(Action item)
Take each line in the entries below that holds "Locations" and show it.

(Saved data entries)
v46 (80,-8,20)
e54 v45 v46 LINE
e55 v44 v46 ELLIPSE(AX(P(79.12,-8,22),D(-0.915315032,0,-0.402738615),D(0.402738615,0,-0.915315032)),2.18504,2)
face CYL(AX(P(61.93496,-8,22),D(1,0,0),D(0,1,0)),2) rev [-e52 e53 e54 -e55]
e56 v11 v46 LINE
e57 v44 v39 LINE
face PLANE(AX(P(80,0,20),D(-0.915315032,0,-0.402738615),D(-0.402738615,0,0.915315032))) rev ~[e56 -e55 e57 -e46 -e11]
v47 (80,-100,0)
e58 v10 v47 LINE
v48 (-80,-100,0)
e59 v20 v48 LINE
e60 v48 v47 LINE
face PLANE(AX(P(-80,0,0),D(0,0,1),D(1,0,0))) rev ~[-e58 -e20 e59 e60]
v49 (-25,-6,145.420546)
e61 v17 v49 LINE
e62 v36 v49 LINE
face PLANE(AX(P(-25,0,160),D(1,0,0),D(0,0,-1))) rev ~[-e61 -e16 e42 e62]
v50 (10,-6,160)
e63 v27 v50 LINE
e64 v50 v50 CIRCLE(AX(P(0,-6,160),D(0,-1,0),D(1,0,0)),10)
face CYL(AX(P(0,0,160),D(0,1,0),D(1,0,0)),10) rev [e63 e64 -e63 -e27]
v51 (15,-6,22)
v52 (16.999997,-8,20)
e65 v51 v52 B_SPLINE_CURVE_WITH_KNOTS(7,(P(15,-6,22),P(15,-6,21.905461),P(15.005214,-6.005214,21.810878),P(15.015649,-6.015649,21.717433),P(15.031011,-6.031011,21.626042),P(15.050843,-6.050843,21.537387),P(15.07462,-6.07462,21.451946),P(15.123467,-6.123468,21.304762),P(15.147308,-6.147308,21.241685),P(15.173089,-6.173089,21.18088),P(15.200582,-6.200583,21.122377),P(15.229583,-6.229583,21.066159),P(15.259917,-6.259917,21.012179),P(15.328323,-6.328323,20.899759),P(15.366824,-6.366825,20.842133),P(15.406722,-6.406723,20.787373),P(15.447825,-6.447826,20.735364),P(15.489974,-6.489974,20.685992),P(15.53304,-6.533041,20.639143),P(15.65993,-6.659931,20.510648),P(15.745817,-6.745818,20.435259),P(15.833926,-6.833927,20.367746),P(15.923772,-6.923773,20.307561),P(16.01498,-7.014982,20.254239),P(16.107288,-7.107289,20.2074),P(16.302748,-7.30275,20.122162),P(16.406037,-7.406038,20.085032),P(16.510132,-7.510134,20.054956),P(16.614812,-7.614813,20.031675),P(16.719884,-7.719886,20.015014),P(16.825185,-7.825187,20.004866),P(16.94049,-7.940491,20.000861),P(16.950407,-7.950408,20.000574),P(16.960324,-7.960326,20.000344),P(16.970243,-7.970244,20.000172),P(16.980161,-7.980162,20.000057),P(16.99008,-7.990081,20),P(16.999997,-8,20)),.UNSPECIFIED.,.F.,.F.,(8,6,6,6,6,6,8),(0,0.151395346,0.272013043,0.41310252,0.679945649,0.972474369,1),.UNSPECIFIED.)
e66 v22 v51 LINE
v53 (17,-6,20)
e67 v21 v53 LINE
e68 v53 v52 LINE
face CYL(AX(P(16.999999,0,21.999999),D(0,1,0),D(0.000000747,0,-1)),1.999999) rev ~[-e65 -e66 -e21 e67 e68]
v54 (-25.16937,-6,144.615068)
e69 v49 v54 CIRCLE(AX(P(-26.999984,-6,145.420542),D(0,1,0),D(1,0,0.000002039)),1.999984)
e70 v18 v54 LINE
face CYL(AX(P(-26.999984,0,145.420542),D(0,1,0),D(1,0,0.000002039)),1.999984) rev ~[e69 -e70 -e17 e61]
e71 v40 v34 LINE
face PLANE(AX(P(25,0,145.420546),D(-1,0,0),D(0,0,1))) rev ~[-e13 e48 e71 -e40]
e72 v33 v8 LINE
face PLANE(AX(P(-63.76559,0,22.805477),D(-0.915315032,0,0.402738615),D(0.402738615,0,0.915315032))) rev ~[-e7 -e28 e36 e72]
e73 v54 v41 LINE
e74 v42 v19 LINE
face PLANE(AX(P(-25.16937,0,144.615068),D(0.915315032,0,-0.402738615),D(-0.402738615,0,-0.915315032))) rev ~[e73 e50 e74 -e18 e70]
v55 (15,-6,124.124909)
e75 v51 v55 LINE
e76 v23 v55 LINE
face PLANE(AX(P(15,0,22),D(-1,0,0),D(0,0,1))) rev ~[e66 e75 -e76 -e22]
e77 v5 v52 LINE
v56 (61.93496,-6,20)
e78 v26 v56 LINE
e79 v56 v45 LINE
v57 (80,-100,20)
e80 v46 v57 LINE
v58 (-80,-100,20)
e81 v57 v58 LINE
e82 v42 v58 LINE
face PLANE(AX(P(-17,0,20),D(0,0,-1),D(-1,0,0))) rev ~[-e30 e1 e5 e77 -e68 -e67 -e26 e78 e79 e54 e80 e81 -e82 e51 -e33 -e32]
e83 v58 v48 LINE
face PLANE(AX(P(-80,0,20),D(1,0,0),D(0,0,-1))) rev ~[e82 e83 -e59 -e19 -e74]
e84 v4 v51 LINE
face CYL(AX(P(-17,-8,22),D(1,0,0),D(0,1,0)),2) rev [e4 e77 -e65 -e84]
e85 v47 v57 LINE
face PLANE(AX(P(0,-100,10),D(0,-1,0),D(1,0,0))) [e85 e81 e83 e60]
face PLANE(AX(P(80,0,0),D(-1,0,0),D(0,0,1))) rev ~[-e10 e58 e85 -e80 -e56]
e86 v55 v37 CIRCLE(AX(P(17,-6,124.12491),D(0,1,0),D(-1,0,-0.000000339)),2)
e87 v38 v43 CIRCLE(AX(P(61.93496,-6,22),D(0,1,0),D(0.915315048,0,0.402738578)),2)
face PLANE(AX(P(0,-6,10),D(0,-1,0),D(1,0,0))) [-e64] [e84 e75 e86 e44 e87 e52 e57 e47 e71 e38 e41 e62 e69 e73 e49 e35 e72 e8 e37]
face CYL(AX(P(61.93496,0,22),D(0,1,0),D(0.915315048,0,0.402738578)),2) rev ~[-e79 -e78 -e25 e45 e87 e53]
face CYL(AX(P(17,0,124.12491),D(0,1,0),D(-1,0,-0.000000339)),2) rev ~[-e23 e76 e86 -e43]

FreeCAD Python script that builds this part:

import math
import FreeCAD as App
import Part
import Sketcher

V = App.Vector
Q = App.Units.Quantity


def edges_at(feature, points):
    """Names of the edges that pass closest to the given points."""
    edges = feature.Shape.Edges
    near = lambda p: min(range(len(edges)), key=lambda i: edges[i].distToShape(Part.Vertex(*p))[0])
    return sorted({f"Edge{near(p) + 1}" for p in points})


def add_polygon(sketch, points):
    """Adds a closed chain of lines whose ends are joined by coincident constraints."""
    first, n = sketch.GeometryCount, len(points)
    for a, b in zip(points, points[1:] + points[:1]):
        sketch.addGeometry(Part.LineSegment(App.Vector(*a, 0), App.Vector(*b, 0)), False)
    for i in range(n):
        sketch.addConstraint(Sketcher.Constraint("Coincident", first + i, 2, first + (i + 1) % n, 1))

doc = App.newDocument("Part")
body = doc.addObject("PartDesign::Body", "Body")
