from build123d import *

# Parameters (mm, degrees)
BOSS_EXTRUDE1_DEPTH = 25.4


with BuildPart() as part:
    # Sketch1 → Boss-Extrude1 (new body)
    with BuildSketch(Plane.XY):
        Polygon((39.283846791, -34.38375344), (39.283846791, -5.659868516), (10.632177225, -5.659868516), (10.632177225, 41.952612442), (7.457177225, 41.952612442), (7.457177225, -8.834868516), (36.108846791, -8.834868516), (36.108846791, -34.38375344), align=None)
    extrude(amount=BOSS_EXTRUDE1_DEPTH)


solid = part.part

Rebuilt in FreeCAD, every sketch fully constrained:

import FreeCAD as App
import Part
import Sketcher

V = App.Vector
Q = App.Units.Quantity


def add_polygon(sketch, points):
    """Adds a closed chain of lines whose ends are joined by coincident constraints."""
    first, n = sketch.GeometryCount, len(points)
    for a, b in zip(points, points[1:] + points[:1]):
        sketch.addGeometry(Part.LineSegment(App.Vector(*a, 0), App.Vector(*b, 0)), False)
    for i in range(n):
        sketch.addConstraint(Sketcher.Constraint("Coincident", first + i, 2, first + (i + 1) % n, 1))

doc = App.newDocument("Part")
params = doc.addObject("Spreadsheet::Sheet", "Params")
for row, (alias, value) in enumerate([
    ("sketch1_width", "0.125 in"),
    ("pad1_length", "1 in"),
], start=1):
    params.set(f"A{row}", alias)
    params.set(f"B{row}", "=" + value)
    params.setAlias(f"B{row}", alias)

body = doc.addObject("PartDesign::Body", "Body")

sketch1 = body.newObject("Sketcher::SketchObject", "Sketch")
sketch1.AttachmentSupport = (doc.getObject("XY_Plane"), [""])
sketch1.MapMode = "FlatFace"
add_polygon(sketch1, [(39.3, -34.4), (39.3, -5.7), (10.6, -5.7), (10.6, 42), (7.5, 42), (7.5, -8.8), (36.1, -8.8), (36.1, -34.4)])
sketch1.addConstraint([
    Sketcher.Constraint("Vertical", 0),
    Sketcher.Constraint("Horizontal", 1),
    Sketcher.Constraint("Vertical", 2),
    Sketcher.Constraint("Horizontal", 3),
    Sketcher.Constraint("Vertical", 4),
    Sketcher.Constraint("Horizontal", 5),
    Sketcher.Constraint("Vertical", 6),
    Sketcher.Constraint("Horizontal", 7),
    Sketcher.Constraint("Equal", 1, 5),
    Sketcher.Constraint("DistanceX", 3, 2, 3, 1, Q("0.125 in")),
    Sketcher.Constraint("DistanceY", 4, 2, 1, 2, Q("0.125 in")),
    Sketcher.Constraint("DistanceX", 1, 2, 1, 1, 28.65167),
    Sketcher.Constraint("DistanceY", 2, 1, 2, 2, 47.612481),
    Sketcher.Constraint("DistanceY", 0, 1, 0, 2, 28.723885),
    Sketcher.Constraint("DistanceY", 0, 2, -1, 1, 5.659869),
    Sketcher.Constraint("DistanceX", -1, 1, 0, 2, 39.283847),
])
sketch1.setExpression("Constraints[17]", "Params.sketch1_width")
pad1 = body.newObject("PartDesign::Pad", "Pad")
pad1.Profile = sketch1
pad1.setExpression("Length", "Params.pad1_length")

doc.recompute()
---
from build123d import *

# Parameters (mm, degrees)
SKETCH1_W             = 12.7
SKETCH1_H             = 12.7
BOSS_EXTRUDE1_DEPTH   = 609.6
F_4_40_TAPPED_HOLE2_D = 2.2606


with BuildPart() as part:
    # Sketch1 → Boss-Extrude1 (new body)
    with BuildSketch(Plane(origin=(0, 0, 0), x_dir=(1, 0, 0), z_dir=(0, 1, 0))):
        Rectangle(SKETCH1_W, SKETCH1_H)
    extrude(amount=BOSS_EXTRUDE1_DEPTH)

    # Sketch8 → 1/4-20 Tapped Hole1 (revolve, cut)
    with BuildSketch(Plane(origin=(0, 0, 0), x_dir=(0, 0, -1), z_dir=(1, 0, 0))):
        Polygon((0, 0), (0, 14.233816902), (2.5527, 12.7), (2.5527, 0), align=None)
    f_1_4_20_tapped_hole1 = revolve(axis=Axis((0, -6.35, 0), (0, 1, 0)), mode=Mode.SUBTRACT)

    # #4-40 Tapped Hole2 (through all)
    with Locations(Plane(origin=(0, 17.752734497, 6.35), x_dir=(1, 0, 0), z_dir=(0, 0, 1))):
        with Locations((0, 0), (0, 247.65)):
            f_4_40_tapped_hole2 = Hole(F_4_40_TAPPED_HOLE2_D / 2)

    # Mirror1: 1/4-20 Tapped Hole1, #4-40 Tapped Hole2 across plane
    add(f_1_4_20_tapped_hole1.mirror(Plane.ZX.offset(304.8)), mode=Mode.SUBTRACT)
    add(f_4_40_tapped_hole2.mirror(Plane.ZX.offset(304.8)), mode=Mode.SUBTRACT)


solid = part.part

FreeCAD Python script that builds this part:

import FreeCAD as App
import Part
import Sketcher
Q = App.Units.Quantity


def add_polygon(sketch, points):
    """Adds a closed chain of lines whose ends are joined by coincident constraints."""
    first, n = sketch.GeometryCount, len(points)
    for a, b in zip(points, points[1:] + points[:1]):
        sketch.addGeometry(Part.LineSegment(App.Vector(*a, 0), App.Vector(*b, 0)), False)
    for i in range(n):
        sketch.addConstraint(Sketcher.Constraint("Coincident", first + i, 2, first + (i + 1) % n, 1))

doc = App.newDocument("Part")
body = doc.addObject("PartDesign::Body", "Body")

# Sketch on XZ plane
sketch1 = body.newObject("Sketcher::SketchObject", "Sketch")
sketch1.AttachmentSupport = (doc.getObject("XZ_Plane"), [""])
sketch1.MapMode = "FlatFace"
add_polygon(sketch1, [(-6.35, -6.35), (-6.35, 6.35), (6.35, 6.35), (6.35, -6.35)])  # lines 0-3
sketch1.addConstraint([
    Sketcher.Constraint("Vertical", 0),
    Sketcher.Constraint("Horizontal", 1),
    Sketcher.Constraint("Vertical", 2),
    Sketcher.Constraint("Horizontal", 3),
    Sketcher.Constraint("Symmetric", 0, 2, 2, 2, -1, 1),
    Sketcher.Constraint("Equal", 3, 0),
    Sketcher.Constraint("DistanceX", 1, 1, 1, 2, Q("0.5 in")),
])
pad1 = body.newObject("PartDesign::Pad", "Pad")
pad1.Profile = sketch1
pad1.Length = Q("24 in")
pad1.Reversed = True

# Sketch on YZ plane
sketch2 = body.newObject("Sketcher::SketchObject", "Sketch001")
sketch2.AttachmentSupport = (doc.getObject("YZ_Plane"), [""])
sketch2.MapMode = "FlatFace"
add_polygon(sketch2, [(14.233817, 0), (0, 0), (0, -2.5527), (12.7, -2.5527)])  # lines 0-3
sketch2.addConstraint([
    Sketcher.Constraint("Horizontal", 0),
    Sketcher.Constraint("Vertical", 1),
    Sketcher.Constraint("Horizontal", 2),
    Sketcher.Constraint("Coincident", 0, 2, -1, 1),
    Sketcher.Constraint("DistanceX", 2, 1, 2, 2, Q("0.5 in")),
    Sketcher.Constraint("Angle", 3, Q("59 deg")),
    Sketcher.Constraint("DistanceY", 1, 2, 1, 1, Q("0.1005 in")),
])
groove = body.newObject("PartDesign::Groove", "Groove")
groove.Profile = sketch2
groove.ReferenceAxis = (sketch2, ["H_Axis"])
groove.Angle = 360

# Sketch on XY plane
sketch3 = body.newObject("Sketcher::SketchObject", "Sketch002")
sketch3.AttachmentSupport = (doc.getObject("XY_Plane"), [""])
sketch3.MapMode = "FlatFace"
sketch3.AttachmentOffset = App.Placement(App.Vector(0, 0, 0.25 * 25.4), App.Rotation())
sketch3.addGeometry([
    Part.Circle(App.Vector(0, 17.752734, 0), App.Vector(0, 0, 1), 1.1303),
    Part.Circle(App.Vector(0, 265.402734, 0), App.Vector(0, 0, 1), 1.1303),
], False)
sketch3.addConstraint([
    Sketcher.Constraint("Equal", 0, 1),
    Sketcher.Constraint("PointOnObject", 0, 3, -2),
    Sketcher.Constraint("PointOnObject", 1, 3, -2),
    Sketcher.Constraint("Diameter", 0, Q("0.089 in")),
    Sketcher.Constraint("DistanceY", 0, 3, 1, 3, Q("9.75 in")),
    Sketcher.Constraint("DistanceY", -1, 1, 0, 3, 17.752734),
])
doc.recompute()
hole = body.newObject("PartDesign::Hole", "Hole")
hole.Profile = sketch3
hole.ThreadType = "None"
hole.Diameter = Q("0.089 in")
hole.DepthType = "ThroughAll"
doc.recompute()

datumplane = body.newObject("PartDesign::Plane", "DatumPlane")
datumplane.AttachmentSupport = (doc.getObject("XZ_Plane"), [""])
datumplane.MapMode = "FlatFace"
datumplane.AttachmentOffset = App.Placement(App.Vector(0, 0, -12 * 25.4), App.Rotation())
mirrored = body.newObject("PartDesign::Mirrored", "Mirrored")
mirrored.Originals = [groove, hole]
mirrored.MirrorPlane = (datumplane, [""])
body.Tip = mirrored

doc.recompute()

(Your response)
    with Locations(Plane(origin=(0, 17.752734497, 6.35), x_dir=(1, 0, 0), z_dir=(0, 0, 1))):
        with Locations((0, 0), (0, 247.65)):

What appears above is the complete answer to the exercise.